Akıştasın: Sinema ve Duyguların Sarsıcı Dansı: Lori Jo Marso’dan Feministleşme Deneyimi!

Yükleniyor
svg

Sinema ve Duyguların Sarsıcı Dansı: Lori Jo Marso’dan Feministleşme Deneyimi!

Temmuz 7, 20254 dk okuma süresi

Sinema perdesi, bizi sadece güldüren, ağlatan ya da heyecanlandıran bir eğlence aracı mıdır? Yoksa, koltuğumuzda kıvranırken, rahatsız edici duygularla yüzleşirken, aslında dünyayı değiştirme arzusunu tetikleyen güçlü bir katalizör müdür? Lori Jo Marso’nun derinlemesine analizleri, feminist sinemanın işte bu “rahatsızlık” potansiyeline odaklanarak bize yepyeni bir pencere açıyor!

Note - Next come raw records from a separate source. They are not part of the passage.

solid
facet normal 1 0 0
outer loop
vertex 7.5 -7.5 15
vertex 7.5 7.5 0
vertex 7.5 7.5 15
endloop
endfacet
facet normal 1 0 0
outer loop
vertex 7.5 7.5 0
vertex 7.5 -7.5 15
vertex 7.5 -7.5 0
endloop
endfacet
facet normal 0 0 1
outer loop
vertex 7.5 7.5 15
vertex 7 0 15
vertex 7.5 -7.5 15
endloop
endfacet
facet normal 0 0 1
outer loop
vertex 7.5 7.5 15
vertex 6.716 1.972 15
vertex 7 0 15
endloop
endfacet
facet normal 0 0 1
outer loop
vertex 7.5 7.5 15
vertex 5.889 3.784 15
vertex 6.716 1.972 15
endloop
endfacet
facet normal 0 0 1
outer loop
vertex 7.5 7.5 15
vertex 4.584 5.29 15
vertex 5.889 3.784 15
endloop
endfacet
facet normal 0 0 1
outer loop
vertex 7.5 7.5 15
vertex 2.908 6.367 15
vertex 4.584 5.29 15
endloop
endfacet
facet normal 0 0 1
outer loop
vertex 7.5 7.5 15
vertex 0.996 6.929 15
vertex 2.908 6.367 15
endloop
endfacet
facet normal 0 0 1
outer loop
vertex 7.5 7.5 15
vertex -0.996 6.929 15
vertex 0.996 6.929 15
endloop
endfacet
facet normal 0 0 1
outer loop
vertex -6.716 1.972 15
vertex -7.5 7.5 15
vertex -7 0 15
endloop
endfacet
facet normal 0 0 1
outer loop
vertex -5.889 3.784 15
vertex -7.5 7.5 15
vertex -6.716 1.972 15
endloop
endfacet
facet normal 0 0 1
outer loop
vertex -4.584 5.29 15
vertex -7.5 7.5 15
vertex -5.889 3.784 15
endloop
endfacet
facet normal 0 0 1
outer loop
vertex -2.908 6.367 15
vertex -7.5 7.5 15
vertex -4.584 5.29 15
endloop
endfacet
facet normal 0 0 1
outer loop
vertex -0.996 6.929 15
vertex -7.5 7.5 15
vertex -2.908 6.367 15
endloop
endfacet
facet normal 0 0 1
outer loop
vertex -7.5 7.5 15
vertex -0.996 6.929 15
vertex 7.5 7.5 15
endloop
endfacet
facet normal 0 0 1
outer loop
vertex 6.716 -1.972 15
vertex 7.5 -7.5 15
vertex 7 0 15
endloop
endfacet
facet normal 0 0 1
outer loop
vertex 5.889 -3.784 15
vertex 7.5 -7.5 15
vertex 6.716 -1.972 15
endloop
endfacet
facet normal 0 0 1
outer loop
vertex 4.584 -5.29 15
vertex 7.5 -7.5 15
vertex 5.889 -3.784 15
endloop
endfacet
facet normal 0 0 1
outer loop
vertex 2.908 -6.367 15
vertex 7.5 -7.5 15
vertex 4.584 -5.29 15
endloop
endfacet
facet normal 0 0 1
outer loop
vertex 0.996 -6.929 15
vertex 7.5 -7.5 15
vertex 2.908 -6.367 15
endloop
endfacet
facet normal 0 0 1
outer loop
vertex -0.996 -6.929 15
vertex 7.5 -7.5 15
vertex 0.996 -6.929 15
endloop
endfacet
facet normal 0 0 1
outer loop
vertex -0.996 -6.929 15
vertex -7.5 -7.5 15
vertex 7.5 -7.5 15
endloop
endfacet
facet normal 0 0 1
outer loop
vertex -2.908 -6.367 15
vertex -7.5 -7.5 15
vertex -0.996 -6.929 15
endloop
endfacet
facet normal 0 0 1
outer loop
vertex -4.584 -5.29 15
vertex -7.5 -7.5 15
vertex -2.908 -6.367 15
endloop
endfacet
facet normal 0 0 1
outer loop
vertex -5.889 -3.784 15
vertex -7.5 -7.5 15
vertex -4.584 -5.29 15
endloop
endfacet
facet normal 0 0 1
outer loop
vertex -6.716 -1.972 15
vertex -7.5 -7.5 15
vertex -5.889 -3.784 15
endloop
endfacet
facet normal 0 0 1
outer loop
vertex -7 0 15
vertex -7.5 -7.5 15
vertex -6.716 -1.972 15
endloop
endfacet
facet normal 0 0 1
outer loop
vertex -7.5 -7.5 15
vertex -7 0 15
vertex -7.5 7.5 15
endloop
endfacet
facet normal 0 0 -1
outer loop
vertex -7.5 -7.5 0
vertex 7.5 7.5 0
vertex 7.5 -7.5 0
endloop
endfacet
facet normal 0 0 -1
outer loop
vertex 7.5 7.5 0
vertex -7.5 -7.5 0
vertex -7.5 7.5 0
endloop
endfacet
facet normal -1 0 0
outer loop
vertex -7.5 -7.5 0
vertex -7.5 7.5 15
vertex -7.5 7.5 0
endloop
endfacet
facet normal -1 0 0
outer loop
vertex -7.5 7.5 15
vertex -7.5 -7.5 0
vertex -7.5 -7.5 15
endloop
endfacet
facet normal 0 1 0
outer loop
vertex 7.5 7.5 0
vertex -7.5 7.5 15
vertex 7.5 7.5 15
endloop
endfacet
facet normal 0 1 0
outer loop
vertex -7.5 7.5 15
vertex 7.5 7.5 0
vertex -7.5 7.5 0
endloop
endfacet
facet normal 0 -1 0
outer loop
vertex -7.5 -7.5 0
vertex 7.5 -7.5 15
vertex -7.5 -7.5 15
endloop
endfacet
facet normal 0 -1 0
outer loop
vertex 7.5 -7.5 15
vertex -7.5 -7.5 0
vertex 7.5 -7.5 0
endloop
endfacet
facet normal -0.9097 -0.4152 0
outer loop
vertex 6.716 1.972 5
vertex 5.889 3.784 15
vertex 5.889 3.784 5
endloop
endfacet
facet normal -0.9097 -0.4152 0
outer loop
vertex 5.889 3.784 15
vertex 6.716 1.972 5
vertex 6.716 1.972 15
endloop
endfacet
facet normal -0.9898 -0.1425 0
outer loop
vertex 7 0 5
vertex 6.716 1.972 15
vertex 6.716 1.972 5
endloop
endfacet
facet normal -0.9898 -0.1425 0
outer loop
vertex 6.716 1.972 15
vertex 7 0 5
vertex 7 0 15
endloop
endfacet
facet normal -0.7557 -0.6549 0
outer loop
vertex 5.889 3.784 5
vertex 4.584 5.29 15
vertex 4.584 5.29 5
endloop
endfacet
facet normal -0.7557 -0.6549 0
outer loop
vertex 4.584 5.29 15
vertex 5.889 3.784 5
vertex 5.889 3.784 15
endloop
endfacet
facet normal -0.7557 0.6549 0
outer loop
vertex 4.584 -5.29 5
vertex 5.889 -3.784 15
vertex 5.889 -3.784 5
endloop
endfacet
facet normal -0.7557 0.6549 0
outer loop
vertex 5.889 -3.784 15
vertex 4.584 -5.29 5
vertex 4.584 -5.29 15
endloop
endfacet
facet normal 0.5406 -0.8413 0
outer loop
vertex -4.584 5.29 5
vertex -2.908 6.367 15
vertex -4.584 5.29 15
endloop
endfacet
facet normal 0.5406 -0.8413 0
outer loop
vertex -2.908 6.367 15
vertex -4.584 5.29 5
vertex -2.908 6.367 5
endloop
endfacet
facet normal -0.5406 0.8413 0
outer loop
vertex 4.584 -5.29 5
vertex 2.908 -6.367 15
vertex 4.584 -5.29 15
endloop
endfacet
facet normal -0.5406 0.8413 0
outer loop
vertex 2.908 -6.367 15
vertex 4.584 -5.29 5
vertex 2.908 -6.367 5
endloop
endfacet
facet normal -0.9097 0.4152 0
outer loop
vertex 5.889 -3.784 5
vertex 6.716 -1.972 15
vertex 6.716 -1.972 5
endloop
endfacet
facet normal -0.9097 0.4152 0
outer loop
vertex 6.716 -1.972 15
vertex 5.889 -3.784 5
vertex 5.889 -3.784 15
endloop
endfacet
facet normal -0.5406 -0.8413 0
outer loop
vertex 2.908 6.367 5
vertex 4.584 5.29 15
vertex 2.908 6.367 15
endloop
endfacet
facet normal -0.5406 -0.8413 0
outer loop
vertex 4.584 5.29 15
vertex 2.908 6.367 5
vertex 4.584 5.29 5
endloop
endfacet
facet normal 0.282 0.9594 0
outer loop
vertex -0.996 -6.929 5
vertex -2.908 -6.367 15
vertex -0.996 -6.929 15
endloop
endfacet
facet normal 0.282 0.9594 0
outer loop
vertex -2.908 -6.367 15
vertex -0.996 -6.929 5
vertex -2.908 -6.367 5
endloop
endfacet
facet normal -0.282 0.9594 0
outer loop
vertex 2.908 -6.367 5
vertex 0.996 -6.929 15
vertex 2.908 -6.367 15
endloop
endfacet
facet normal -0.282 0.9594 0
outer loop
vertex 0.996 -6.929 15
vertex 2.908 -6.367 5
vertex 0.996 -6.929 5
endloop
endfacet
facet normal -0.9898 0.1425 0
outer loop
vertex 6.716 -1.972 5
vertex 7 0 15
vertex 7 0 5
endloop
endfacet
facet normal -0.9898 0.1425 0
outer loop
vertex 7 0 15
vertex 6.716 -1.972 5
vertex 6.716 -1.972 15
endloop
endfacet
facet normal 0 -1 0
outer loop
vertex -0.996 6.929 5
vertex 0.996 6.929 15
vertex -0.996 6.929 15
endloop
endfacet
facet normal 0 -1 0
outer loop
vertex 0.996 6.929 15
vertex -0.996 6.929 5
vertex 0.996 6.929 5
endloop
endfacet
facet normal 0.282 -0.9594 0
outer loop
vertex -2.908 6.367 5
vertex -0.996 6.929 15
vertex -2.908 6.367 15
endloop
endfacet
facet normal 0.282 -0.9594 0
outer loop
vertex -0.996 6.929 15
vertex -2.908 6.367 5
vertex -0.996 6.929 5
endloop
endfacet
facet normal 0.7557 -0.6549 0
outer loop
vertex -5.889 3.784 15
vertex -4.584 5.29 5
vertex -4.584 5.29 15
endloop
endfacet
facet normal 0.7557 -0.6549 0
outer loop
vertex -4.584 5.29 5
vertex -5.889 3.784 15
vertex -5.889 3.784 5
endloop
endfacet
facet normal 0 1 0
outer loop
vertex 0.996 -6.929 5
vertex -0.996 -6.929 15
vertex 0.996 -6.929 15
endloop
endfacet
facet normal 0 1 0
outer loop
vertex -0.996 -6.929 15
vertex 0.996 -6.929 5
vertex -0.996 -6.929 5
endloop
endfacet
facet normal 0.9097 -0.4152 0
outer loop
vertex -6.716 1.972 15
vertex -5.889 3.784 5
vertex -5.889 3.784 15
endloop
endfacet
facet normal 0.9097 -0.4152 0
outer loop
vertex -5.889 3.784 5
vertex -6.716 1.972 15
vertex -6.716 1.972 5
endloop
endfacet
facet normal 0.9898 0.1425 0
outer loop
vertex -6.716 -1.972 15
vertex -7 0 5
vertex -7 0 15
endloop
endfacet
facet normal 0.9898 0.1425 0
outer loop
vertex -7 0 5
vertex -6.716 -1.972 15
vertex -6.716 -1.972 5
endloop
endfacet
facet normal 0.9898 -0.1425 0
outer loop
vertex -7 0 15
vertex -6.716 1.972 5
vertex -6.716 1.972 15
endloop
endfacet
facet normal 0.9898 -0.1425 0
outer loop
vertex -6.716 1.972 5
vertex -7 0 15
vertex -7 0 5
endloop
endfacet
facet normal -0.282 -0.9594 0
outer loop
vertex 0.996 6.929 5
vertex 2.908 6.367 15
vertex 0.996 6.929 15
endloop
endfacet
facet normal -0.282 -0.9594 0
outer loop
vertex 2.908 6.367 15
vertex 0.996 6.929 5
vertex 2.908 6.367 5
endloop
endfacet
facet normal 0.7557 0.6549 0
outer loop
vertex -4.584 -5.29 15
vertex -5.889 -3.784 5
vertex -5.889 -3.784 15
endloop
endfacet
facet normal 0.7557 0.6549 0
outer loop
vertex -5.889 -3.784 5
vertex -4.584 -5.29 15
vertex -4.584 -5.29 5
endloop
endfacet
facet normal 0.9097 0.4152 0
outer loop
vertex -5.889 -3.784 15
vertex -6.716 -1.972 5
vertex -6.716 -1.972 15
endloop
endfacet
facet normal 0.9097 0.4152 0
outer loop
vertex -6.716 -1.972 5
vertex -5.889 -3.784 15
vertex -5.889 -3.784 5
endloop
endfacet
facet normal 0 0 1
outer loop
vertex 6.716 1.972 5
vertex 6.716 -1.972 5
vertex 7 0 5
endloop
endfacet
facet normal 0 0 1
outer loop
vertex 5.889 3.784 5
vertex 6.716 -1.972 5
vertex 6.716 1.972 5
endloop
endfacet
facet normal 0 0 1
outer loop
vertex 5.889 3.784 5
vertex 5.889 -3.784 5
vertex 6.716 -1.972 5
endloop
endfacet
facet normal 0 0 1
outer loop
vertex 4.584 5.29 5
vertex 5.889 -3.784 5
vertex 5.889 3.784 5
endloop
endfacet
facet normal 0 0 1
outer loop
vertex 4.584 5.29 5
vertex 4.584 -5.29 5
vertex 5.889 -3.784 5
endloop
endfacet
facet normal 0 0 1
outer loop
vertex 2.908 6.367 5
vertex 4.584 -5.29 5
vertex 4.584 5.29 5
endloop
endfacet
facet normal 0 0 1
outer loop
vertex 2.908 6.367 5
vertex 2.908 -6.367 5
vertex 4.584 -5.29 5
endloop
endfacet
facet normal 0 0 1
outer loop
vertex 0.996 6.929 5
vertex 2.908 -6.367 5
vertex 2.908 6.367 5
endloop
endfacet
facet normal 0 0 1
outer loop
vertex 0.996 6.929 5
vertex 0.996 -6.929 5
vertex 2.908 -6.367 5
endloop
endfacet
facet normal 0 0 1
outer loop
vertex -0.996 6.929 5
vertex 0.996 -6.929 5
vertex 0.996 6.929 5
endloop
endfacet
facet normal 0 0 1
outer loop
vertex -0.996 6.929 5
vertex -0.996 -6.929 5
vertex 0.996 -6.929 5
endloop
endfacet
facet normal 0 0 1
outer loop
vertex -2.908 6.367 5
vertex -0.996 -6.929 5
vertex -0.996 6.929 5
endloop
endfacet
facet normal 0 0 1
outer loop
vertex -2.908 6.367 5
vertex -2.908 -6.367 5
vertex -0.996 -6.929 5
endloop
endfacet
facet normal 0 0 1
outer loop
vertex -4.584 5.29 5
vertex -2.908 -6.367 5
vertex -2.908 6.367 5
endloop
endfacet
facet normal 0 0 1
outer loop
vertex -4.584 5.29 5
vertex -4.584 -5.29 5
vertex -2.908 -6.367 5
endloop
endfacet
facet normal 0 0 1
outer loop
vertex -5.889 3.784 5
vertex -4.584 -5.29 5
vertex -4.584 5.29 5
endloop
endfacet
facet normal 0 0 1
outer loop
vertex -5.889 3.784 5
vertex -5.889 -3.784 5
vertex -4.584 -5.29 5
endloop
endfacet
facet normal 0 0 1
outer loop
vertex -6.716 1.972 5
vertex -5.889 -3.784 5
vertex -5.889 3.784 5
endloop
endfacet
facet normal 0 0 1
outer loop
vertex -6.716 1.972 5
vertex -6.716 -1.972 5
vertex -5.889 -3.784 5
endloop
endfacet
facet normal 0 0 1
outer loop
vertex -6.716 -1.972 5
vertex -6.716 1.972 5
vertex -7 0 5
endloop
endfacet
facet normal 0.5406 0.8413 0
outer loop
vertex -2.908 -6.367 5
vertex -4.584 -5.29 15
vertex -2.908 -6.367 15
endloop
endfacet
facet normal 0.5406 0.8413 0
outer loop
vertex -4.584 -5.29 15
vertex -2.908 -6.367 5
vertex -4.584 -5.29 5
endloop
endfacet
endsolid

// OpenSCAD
SINGLE_CUBE_WIDTH = 15;

module HoledCube() {
    step_width = SINGLE_CUBE_WIDTH;
    step_depth = SINGLE_CUBE_WIDTH;
    step_height = SINGLE_CUBE_WIDTH;

    difference() {
        translate([0,0, step_height/2]){
            cube([step_width, step_depth, step_height], center = true);
        }
        translate([0, 0, 5]) {
            cylinder(step_height*2, 7, 7);
        }
    }
}

 HoledCube();

// single row 
/*
cubes_per_row = 5;
for(i=[0: cubes_per_row]) {
    translate([i*SINGLE_CUBE_WIDTH,0,0]){
        HoledCube();
    }   
}*/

Marso, klasik Chantal Akerman’ın “Jeanne Dielman” (1975) gibi avangart eserlerden, Greta Gerwig’in “Barbie” (2023) gibi popüler filmlere kadar geniş bir yelpazeyi inceliyor. Geleneksel feminist film teorisyenlerinin ve yönetmenlerinin ırk ve cinsiyet çeşitliliğini artırmaya, zararlı stereotipleri kırmaya odaklandığı bir ortamda, Marso bambaşka bir şey öneriyor: Politik değişimin arzusunu tetikleyebilecek olan, tam da bu rahatsız edici duygulardır! Boğulma hissi, can sıkıntısı, utanç, “cringe” (iç burkan utanç) ve kararsızlık gibi bedensel duyumlar, feminist filmin kadınların birbirleriyle ve politik eylemle olan ilişkilerini dönüştürmek için en güçlü aracı haline geliyor.

Rahatsızlık Sanatı: Zihinlerimizi Altüst Eden Yönetmenler

Marso’nun tezi, iyi ve kötü hislerin basit çözümlerini reddeden bu belirsiz duyguların, izleyicileri sorgulayan ve kafası karışık bıraktığı yönünde. Ona göre, sinemacılar tam da bu rahatsız edici duyguları kullanarak duyularımızı karıştırıyor ve patriarkal, ırkçı ve varoluşsal kaygının politik koşullarıyla yüzleşmek ve incelemek için bir alan açıyorlar.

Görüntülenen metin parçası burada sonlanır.